Collected data entries:
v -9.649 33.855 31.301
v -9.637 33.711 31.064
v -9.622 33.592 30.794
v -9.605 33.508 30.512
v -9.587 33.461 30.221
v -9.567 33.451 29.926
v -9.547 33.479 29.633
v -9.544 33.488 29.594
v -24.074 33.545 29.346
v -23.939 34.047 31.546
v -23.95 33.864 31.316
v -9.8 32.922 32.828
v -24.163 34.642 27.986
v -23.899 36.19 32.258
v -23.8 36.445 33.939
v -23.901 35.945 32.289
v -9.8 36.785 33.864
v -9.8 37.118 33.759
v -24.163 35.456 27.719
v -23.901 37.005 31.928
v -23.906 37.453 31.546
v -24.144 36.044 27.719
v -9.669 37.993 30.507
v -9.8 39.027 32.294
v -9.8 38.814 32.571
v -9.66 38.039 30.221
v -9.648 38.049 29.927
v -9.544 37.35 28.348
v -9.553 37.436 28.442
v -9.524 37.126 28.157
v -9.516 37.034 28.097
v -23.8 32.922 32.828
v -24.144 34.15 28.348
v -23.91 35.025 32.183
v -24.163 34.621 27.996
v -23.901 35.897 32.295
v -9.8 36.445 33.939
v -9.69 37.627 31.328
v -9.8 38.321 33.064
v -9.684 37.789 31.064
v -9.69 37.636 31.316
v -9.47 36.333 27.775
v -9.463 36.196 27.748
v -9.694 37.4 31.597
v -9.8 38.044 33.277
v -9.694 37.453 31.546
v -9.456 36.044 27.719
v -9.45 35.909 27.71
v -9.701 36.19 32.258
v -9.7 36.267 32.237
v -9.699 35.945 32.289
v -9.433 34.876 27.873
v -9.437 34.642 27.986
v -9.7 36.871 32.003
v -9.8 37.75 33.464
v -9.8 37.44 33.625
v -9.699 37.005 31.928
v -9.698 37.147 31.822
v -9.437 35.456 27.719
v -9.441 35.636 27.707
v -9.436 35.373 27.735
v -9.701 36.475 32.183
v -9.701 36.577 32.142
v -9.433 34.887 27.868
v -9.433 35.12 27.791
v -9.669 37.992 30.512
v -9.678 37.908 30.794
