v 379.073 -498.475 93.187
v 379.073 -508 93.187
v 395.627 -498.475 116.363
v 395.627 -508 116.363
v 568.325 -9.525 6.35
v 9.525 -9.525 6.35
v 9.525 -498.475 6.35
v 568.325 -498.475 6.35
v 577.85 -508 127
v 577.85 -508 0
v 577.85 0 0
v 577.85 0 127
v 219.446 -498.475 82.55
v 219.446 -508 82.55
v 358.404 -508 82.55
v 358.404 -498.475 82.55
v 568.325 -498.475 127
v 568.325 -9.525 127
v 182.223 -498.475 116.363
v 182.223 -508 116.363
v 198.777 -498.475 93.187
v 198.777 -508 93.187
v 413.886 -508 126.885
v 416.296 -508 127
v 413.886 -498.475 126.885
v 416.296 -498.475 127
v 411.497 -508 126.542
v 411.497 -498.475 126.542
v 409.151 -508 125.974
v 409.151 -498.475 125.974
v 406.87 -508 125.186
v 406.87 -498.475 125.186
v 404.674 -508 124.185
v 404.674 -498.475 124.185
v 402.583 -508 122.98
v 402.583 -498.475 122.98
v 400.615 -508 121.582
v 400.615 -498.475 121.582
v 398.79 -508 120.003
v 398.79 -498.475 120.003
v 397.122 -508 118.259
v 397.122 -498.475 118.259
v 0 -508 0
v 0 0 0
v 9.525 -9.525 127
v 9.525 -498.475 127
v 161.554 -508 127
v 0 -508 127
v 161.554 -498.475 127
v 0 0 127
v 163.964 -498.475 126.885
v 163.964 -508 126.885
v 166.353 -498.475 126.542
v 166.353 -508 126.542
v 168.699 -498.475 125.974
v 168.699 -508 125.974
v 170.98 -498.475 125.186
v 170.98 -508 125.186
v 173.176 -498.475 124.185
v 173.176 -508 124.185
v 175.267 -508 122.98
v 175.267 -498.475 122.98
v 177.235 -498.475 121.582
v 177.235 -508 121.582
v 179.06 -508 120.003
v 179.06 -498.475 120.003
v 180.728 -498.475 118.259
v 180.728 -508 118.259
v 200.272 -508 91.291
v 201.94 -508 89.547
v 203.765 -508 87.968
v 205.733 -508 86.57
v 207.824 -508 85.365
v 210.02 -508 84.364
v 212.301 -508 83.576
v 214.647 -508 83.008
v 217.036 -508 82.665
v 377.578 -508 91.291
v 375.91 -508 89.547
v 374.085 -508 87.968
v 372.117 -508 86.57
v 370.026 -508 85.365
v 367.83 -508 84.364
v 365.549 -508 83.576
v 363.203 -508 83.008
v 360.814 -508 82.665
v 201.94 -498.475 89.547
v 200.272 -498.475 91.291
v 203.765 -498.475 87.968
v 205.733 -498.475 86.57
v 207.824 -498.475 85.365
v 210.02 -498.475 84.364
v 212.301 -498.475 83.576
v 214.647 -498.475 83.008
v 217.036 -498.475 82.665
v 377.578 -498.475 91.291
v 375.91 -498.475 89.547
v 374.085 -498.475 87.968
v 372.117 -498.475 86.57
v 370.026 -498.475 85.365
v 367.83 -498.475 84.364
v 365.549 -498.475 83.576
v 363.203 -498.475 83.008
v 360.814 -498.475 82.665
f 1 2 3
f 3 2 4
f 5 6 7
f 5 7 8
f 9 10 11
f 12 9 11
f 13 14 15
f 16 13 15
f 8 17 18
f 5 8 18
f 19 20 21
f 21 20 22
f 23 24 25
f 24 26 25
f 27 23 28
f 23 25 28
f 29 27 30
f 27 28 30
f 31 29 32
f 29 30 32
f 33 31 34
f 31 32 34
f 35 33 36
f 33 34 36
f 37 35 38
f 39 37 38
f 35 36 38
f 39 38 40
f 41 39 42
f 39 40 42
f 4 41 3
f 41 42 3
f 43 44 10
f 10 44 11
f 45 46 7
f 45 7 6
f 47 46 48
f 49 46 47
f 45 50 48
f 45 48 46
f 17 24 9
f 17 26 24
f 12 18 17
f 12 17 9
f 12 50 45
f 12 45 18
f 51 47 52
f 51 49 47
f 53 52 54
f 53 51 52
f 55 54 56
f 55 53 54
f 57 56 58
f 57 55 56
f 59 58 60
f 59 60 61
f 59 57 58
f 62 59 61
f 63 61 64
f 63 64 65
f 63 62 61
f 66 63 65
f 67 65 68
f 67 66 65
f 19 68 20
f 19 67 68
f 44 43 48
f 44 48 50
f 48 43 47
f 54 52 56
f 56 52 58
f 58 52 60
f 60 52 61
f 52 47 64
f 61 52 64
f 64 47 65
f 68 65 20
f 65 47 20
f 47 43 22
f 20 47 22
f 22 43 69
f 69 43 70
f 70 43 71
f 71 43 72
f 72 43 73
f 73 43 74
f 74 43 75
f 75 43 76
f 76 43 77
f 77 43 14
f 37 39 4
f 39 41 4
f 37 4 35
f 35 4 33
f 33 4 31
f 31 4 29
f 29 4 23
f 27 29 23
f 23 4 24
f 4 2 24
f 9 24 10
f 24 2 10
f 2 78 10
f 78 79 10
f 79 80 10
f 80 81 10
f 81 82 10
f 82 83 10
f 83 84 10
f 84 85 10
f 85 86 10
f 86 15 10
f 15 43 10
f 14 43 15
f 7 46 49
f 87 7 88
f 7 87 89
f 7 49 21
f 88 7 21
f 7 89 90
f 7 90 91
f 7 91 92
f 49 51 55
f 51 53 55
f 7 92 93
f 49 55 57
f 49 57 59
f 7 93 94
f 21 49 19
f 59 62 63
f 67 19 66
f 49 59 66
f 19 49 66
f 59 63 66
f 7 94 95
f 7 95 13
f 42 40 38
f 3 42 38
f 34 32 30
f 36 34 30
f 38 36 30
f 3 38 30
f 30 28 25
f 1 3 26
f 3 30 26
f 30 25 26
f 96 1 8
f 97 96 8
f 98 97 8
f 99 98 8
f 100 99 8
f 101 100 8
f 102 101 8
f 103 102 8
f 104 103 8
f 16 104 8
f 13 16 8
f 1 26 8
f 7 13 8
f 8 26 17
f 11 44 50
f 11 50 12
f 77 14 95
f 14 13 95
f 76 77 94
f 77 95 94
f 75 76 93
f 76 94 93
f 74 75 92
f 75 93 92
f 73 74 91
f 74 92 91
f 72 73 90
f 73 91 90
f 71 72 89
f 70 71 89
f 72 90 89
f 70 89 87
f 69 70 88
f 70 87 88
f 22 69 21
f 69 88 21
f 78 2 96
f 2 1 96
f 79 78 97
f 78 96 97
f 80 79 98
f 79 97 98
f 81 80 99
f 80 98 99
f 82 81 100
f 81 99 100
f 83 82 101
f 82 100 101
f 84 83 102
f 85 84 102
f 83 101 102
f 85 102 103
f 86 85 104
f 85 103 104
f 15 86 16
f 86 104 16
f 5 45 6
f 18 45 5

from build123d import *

# Parameters (mm, degrees)
F0_W     = 577.85
F0_H     = 508
F1_DEPTH = 127
F2_W     = 558.8
F2_H     = 488.95
F3_DEPTH = 120.65
F5_DEPTH = 9.525
F6_R     = 25.4


with BuildPart() as f1:
    # F0 (on Top) → F1 (new body)
    with BuildSketch(Plane.XY):
        with Locations((288.925, -254)):
            Rectangle(F0_W, F0_H)
    extrude(amount=F1_DEPTH)

    # F2 (on face) → F3 (cut)
    with BuildSketch(Plane.XY.offset(127)):
        with Locations((288.925, -254)):
            Rectangle(F2_W, F2_H)
    extrude(amount=-F3_DEPTH, mode=Mode.SUBTRACT)

    # F4 (on face) → F5 (cut, through all)
    with BuildSketch(Plane.XZ.offset(508)):
        Polygon((403.225, 127), (174.625, 127), (206.375, 82.55), (371.475, 82.55), align=None)
    extrude(amount=-F5_DEPTH, mode=Mode.SUBTRACT)

    # F6
    f6_edges = [f1.edges().sort_by_distance(p)[0] for p in [
        (403.225, -503.2375, 127),
        (371.475, -503.2375, 82.55),
        (174.625, -503.2375, 127),
        (206.375, -503.2375, 82.55),
    ]]
    fillet(f6_edges, radius=F6_R)


solid = f1.part
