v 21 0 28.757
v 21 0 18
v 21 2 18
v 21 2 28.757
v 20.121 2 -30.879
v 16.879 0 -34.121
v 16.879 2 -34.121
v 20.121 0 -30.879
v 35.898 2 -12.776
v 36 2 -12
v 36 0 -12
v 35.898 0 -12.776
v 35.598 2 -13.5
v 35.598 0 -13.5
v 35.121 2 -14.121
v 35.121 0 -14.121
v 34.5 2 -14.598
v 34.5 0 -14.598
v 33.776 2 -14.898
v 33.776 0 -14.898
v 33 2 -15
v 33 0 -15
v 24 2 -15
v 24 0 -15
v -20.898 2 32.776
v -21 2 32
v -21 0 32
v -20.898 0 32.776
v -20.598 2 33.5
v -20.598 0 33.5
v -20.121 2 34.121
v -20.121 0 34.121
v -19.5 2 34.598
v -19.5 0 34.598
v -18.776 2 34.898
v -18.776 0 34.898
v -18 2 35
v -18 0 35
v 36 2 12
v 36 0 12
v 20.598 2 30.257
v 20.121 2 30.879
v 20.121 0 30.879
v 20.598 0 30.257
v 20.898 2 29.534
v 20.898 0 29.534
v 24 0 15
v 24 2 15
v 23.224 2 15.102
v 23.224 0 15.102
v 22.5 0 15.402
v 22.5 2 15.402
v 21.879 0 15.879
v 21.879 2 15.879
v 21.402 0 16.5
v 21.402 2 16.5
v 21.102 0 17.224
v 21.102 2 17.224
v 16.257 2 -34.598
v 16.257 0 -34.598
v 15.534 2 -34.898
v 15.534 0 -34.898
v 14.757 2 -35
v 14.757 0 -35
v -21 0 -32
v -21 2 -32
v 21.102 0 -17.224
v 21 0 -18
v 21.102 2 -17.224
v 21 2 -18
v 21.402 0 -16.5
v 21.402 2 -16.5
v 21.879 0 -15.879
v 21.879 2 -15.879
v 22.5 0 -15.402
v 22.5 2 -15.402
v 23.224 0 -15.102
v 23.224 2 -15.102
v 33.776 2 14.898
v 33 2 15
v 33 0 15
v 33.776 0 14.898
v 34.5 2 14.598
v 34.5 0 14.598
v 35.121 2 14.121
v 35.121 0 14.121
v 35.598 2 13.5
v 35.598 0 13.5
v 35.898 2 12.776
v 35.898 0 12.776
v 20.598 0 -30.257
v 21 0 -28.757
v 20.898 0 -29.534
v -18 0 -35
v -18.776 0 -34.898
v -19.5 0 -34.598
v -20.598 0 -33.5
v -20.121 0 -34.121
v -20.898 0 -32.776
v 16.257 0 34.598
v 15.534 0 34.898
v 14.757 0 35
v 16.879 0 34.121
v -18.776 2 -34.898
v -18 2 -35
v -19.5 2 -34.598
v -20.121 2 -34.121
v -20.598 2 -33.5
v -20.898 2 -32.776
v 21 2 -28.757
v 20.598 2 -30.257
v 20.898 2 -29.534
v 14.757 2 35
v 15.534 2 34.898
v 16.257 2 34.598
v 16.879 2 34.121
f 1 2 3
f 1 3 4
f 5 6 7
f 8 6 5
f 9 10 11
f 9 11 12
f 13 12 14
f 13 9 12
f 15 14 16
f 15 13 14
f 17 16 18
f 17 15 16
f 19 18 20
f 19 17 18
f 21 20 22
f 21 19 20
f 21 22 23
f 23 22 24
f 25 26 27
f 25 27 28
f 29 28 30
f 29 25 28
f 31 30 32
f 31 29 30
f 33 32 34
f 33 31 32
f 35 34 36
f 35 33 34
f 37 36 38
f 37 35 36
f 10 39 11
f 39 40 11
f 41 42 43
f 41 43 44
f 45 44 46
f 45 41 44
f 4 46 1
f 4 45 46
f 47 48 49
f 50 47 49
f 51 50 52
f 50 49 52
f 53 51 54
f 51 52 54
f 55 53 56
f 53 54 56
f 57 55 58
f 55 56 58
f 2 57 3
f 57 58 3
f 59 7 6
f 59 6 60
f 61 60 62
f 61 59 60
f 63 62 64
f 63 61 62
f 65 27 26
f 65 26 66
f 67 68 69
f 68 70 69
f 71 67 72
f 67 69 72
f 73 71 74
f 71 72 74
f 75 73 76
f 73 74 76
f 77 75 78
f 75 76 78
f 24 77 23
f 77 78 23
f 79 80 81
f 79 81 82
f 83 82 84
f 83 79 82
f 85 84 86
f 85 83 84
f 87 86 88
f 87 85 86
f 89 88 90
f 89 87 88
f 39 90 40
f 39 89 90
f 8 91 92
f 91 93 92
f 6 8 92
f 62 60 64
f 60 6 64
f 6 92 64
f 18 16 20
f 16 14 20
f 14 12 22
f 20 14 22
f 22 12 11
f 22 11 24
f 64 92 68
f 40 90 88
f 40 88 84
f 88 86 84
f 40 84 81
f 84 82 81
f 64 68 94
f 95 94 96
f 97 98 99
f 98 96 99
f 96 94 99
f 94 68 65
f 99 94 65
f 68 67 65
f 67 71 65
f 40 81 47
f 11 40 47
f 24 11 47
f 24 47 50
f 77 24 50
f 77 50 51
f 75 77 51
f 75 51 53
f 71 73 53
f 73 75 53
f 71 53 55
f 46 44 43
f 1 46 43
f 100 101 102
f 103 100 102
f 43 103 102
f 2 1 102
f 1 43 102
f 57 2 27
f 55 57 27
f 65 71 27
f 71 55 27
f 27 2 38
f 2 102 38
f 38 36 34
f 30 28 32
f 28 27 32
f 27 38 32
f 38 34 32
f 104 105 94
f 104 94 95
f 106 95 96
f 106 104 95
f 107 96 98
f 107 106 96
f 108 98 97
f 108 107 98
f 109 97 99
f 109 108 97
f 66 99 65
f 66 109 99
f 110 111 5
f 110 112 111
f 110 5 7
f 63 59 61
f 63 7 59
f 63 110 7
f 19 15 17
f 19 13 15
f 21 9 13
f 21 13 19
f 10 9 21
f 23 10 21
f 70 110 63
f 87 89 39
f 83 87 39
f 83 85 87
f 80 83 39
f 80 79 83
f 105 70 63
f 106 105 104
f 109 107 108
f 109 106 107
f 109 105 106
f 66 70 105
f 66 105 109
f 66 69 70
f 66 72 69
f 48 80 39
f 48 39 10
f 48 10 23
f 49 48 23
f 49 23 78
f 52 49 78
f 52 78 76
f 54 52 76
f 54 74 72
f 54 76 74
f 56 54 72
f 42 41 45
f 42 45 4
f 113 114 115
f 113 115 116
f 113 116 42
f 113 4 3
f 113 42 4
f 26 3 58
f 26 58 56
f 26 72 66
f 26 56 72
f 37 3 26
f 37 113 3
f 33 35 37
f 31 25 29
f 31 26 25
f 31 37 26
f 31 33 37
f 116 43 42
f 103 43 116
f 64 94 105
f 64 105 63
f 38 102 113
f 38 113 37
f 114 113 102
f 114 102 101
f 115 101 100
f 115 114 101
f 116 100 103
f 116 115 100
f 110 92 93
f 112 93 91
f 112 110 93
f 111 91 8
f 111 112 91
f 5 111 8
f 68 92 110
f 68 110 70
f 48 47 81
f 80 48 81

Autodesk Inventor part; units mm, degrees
ref_plane "YZ Plane" through (0, 0, 0) normal (1, 0, 0) x (0, 1, 0)
ref_plane "XZ Plane" through (0, 0, 0) normal (0, 1, 0) x (-1, 0, 0)
ref_plane "XY Plane" through (0, 0, 0) normal (0, 0, 1) x (1, 0, 0)
sketch "Sketch1" plane through (0, 0, 0) normal (0, 1, 0) x (-1, 0, 0)
  line L0 (-16, 35) -> (21, 35)
  line L1 (21, 35) -> (21, -35)
  line L2 (21, -35) -> (-16, -35)
  line L3 (-21, -30) -> (-21, 30)
  line L4 (-21, 35) -> (21, -35) construction
  line L5 (21, 35) -> (-21, -35) construction
  line L6 (-36, -15) -> (-6, -15)
  line L7 (-6, -15) -> (-6, 15)
  line L8 (-6, 15) -> (-36, 15)
  line L9 (-36, 15) -> (-36, -15)
  line L10 (-36, -15) -> (-6, 15) construction
  line L11 (-6, -15) -> (-36, 15) construction
  line L12 (-16, -35) -> (-21, -30)
  line L13 (-21, 30) -> (-16, 35)
  point P0 (0, 0)
  point P1 (-21, 0)
  point P2 (-21, -15)
  point P3 (-21, 15)
  dimension "d0" = 42
  dimension "d1" = 70
  dimension "d10" = 30
  dimension "d11" = 30
  dimension "d12" = 5
  dimension "d13" = 5
  dimension "d14" = 5
  dimension "d15" = 5
extrude "Extrusion1" add sketch "Sketch1" along normal blind 2
fillet "Fillet1" radius 3 10 edges at (36, 1, -15) (36, 1, 15) (21, 1, -30) (16, 1, -35) (21, 1, 30) (16, 1, 35) (-21, 1, 35) (-21, 1, -35) (21, 1, -15) (21, 1, 15)
equation "\"d13\" = d12"
equation "\"d14\" = d12"
equation "\"d15\" = d14"
properties part number "Second Layer Board"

> **EXERCISE**
Please return every line from the first one in the records above down to the line containing "v -9.441 35.636 27.707", including both, exactly as written and nothing more.

> **OUTPUT FOR THIS TASK**
v -9.649 33.855 31.301
v -9.637 33.711 31.064
v -9.622 33.592 30.794
v -9.605 33.508 30.512
v -9.587 33.461 30.221
v -9.567 33.451 29.926
v -9.547 33.479 29.633
v -9.544 33.488 29.594
v -24.074 33.545 29.346
v -23.939 34.047 31.546
v -23.95 33.864 31.316
v -9.8 32.922 32.828
v -24.163 34.642 27.986
v -23.899 36.19 32.258
v -23.8 36.445 33.939
v -23.901 35.945 32.289
v -9.8 36.785 33.864
v -9.8 37.118 33.759
v -24.163 35.456 27.719
v -23.901 37.005 31.928
v -23.906 37.453 31.546
v -24.144 36.044 27.719
v -9.669 37.993 30.507
v -9.8 39.027 32.294
v -9.8 38.814 32.571
v -9.66 38.039 30.221
v -9.648 38.049 29.927
v -9.544 37.35 28.348
v -9.553 37.436 28.442
v -9.524 37.126 28.157
v -9.516 37.034 28.097
v -23.8 32.922 32.828
v -24.144 34.15 28.348
v -23.91 35.025 32.183
v -24.163 34.621 27.996
v -23.901 35.897 32.295
v -9.8 36.445 33.939
v -9.69 37.627 31.328
v -9.8 38.321 33.064
v -9.684 37.789 31.064
v -9.69 37.636 31.316
v -9.47 36.333 27.775
v -9.463 36.196 27.748
v -9.694 37.4 31.597
v -9.8 38.044 33.277
v -9.694 37.453 31.546
v -9.456 36.044 27.719
v -9.45 35.909 27.71
v -9.701 36.19 32.258
v -9.7 36.267 32.237
v -9.699 35.945 32.289
v -9.433 34.876 27.873
v -9.437 34.642 27.986
v -9.7 36.871 32.003
v -9.8 37.75 33.464
v -9.8 37.44 33.625
v -9.699 37.005 31.928
v -9.698 37.147 31.822
v -9.437 35.456 27.719
v -9.441 35.636 27.707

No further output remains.